Task requirements: When you find the line with "#181=VECTOR('',#180,1.);" among the records below, reproduce it and each line after it exactly, ending with the line with "#195=DIRECTION('',(0.,1.,0.));".

***** Data shown

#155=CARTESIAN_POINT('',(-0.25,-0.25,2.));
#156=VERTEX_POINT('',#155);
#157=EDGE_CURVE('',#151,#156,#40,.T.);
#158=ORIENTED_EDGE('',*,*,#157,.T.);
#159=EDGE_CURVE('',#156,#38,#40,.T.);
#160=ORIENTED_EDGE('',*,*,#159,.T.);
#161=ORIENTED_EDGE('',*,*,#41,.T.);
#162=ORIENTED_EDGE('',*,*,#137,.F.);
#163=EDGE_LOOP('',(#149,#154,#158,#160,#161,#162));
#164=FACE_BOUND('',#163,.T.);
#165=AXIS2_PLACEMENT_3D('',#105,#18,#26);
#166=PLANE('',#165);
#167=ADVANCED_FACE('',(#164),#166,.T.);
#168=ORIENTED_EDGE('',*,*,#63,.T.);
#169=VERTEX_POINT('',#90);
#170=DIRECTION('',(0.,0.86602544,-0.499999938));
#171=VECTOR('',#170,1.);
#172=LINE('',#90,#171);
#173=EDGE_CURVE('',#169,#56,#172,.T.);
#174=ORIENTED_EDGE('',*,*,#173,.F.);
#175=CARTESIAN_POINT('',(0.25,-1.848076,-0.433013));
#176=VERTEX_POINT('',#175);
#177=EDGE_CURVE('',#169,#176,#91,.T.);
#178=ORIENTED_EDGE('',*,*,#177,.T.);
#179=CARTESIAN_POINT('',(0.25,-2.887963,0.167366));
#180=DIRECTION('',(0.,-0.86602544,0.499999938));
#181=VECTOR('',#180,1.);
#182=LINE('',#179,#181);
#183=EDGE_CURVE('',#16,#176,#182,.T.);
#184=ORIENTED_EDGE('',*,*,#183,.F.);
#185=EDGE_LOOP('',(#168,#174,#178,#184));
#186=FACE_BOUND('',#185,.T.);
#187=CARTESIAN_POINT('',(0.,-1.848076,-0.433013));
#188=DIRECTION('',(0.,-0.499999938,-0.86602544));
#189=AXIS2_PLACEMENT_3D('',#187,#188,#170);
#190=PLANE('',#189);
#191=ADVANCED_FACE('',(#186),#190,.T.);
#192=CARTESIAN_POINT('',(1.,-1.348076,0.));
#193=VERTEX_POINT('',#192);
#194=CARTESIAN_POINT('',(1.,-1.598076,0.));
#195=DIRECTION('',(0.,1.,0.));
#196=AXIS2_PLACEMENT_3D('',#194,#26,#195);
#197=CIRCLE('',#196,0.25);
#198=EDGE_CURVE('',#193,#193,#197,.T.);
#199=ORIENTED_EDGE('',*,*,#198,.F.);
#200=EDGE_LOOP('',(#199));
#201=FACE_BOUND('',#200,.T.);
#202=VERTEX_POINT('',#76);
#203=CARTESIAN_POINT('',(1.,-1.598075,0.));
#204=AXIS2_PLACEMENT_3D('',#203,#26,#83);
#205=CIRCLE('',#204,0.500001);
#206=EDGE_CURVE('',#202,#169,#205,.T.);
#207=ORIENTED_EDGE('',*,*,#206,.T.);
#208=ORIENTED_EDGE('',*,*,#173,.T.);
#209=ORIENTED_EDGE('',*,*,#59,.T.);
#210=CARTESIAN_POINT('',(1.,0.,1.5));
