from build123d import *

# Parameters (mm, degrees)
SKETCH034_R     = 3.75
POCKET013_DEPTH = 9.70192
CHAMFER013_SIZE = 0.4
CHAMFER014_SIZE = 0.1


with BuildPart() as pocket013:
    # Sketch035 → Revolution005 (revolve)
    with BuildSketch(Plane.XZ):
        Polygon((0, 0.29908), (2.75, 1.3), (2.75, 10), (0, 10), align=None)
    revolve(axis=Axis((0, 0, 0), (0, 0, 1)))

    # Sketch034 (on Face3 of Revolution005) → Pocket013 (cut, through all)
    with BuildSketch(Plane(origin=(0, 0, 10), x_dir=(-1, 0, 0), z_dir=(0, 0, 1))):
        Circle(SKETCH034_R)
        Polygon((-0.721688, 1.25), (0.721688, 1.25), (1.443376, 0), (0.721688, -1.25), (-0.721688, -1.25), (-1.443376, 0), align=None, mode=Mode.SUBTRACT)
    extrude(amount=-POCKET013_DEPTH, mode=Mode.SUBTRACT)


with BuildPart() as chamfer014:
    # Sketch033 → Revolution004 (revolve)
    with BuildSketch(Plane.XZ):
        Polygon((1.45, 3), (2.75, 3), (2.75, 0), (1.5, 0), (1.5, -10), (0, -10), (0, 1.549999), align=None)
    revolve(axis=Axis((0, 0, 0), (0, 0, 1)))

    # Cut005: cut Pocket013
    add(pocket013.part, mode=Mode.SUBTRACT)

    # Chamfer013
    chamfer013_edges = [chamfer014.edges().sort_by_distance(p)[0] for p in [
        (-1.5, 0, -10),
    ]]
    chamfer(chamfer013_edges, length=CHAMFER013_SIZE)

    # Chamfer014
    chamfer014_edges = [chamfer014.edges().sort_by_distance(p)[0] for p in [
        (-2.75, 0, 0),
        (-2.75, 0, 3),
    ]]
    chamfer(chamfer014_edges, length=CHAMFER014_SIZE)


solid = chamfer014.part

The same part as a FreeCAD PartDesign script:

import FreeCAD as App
import Part
import Sketcher
Q = App.Units.Quantity


def edges_at(feature, points):
    """Names of the edges that pass closest to the given points."""
    edges = feature.Shape.Edges
    near = lambda p: min(range(len(edges)), key=lambda i: edges[i].distToShape(Part.Vertex(*p))[0])
    return sorted({f"Edge{near(p) + 1}" for p in points})


def add_polygon(sketch, points):
    """Adds a closed chain of lines whose ends are joined by coincident constraints."""
    first, n = sketch.GeometryCount, len(points)
    for a, b in zip(points, points[1:] + points[:1]):
        sketch.addGeometry(Part.LineSegment(App.Vector(*a, 0), App.Vector(*b, 0)), False)
    for i in range(n):
        sketch.addConstraint(Sketcher.Constraint("Coincident", first + i, 2, first + (i + 1) % n, 1))

doc = App.newDocument("Part")
body = doc.addObject("PartDesign::Body", "Body")

# Sketch on XZ plane
sketch1 = doc.addObject("Sketcher::SketchObject", "Sketch")
body.addObject(sketch1)
sketch1.AttachmentSupport = (doc.XZ_Plane, [""])
sketch1.MapMode = "FlatFace"
add_polygon(sketch1, [(0, 0.3), (2.8, 1.3), (2.8, 10), (0, 10)])  # lines 0-3
sketch1.addConstraint(Sketcher.Constraint("Vertical", 1))
sketch1.addConstraint(Sketcher.Constraint("Horizontal", 2))
sketch1.addConstraint(Sketcher.Constraint("Vertical", 3))
sketch1.addConstraint(Sketcher.Constraint("PointOnObject", 2, 2, -2))
sketch1.addConstraint(Sketcher.Constraint("DistanceY", 1, 1, 1, 2, Q("8.7 mm")))
sketch1.addConstraint(Sketcher.Constraint("DistanceY", -1, 1, 1, 2, Q("10 mm")))
sketch1.addConstraint(Sketcher.Constraint("DistanceX", 2, 2, 2, 1, Q("2.75 mm")))
sketch1.addConstraint(Sketcher.Constraint("DistanceY", 3, 2, 3, 1, Q("9.70092 mm")))
revolution = doc.addObject("PartDesign::Revolution", "Revolution")
body.addObject(revolution)
revolution.Profile = sketch1
revolution.ReferenceAxis = (sketch1, ["V_Axis"])
revolution.Angle = 360

# Sketch on XY plane
sketch2 = doc.addObject("Sketcher::SketchObject", "Sketch001")
body.addObject(sketch2)
sketch2.AttachmentSupport = (doc.XY_Plane, [""])
sketch2.MapMode = "FlatFace"
sketch2.AttachmentOffset = App.Placement(App.Vector(0, 0, 10), App.Rotation())
sketch2.addGeometry(Part.Circle(App.Vector(0, 0, 0), App.Vector(0, 0, 1), 3.8), False)  # 0
add_polygon(sketch2, [(1.4, 0), (0.7, -1.2), (-0.7, -1.2), (-1.4, 0), (-0.7, 1.2), (0.7, 1.2)])  # lines 1-6
sketch2.addConstraint(Sketcher.Constraint("Horizontal", 2))
sketch2.addConstraint(Sketcher.Constraint("Horizontal", 5))
sketch2.addConstraint(Sketcher.Constraint("Coincident", 0, 3, -1, 1))
sketch2.addConstraint(Sketcher.Constraint("Symmetric", 1, 2, 4, 2, -1, 1))
sketch2.addConstraint(Sketcher.Constraint("Symmetric", 3, 2, 6, 2, -1, 1))
sketch2.addConstraint(Sketcher.Constraint("PointOnObject", 3, 2, -1))
sketch2.addConstraint(Sketcher.Constraint("Parallel", 3, 6))
sketch2.addConstraint(Sketcher.Constraint("Vertical", 2, 2, 4, 2))
sketch2.addConstraint(Sketcher.Constraint("Diameter", 0, Q("7.5 mm")))
sketch2.addConstraint(Sketcher.Constraint("Angle", 1, Q("-120.000006 deg")))
sketch2.addConstraint(Sketcher.Constraint("DistanceY", 2, 2, 4, 2, Q("2.5 mm")))
sketch2.addConstraint(Sketcher.Constraint("DistanceX", 2, 2, 2, 1, Q("1.443376 mm")))
pocket1 = doc.addObject("PartDesign::Pocket", "Pocket")
body.addObject(pocket1)
pocket1.Profile = sketch2
pocket1.Type = "ThroughAll"
body2 = doc.addObject("PartDesign::Body", "Body001")

# Sketch on XZ plane
sketch3 = doc.addObject("Sketcher::SketchObject", "Sketch002")
body2.addObject(sketch3)
sketch3.AttachmentSupport = (doc.getObject("XZ_Plane001"), [""])
sketch3.MapMode = "FlatFace"
add_polygon(sketch3, [(2.8, 3), (1.4, 3), (0, 1.5), (0, -10), (1.5, -10), (1.5, 0), (2.8, 0)])  # lines 0-6
sketch3.addConstraint(Sketcher.Constraint("Horizontal", 0))
sketch3.addConstraint(Sketcher.Constraint("Vertical", 2))
sketch3.addConstraint(Sketcher.Constraint("Horizontal", 3))
sketch3.addConstraint(Sketcher.Constraint("Vertical", 4))
sketch3.addConstraint(Sketcher.Constraint("Horizontal", 5))
sketch3.addConstraint(Sketcher.Constraint("Vertical", 6))
sketch3.addConstraint(Sketcher.Constraint("PointOnObject", 1, 2, -2))
sketch3.addConstraint(Sketcher.Constraint("PointOnObject", 4, 2, -1))
sketch3.addConstraint(Sketcher.Constraint("DistanceY", 4, 1, 4, 2, Q("10 mm")))
sketch3.addConstraint(Sketcher.Constraint("DistanceY", 6, 1, 6, 2, Q("3 mm")))
sketch3.addConstraint(Sketcher.Constraint("Angle", 1, Q("-134.99998 deg")))
sketch3.addConstraint(Sketcher.Constraint("DistanceX", 0, 2, 0, 1, Q("1.3 mm")))
sketch3.addConstraint(Sketcher.Constraint("DistanceX", 3, 1, 3, 2, Q("1.5 mm")))
sketch3.addConstraint(Sketcher.Constraint("DistanceX", 5, 1, 5, 2, Q("1.25 mm")))
revolution2 = doc.addObject("PartDesign::Revolution", "Revolution001")
body2.addObject(revolution2)
revolution2.Profile = sketch3
revolution2.ReferenceAxis = (sketch3, ["V_Axis"])
revolution2.Angle = 360
doc.recompute()

boolean = doc.addObject("PartDesign::Boolean", "Boolean")
body2.addObject(boolean)
boolean.Type = "Cut"
boolean.addObjects([body])
doc.recompute()

chamfer = doc.addObject("PartDesign::Chamfer", "Chamfer")
body2.addObject(chamfer)
chamfer.Base = (boolean, edges_at(boolean, [(-1.5, 0, -10)]))
chamfer.Size = 0.4
doc.recompute()

chamfer2 = doc.addObject("PartDesign::Chamfer", "Chamfer001")
body2.addObject(chamfer2)
chamfer2.Base = (chamfer, edges_at(chamfer, [(-2.75, 0, 0), (-2.75, 0, 3)]))
chamfer2.Size = 0.1

doc.recompute()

**********

Task answer:
#181=VECTOR('',#180,1.);
#182=LINE('',#179,#181);
#183=EDGE_CURVE('',#16,#176,#182,.T.);
#184=ORIENTED_EDGE('',*,*,#183,.F.);
#185=EDGE_LOOP('',(#168,#174,#178,#184));
#186=FACE_BOUND('',#185,.T.);
#187=CARTESIAN_POINT('',(0.,-1.848076,-0.433013));
#188=DIRECTION('',(0.,-0.499999938,-0.86602544));
#189=AXIS2_PLACEMENT_3D('',#187,#188,#170);
#190=PLANE('',#189);
#191=ADVANCED_FACE('',(#186),#190,.T.);
#192=CARTESIAN_POINT('',(1.,-1.348076,0.));
#193=VERTEX_POINT('',#192);
#194=CARTESIAN_POINT('',(1.,-1.598076,0.));
#195=DIRECTION('',(0.,1.,0.));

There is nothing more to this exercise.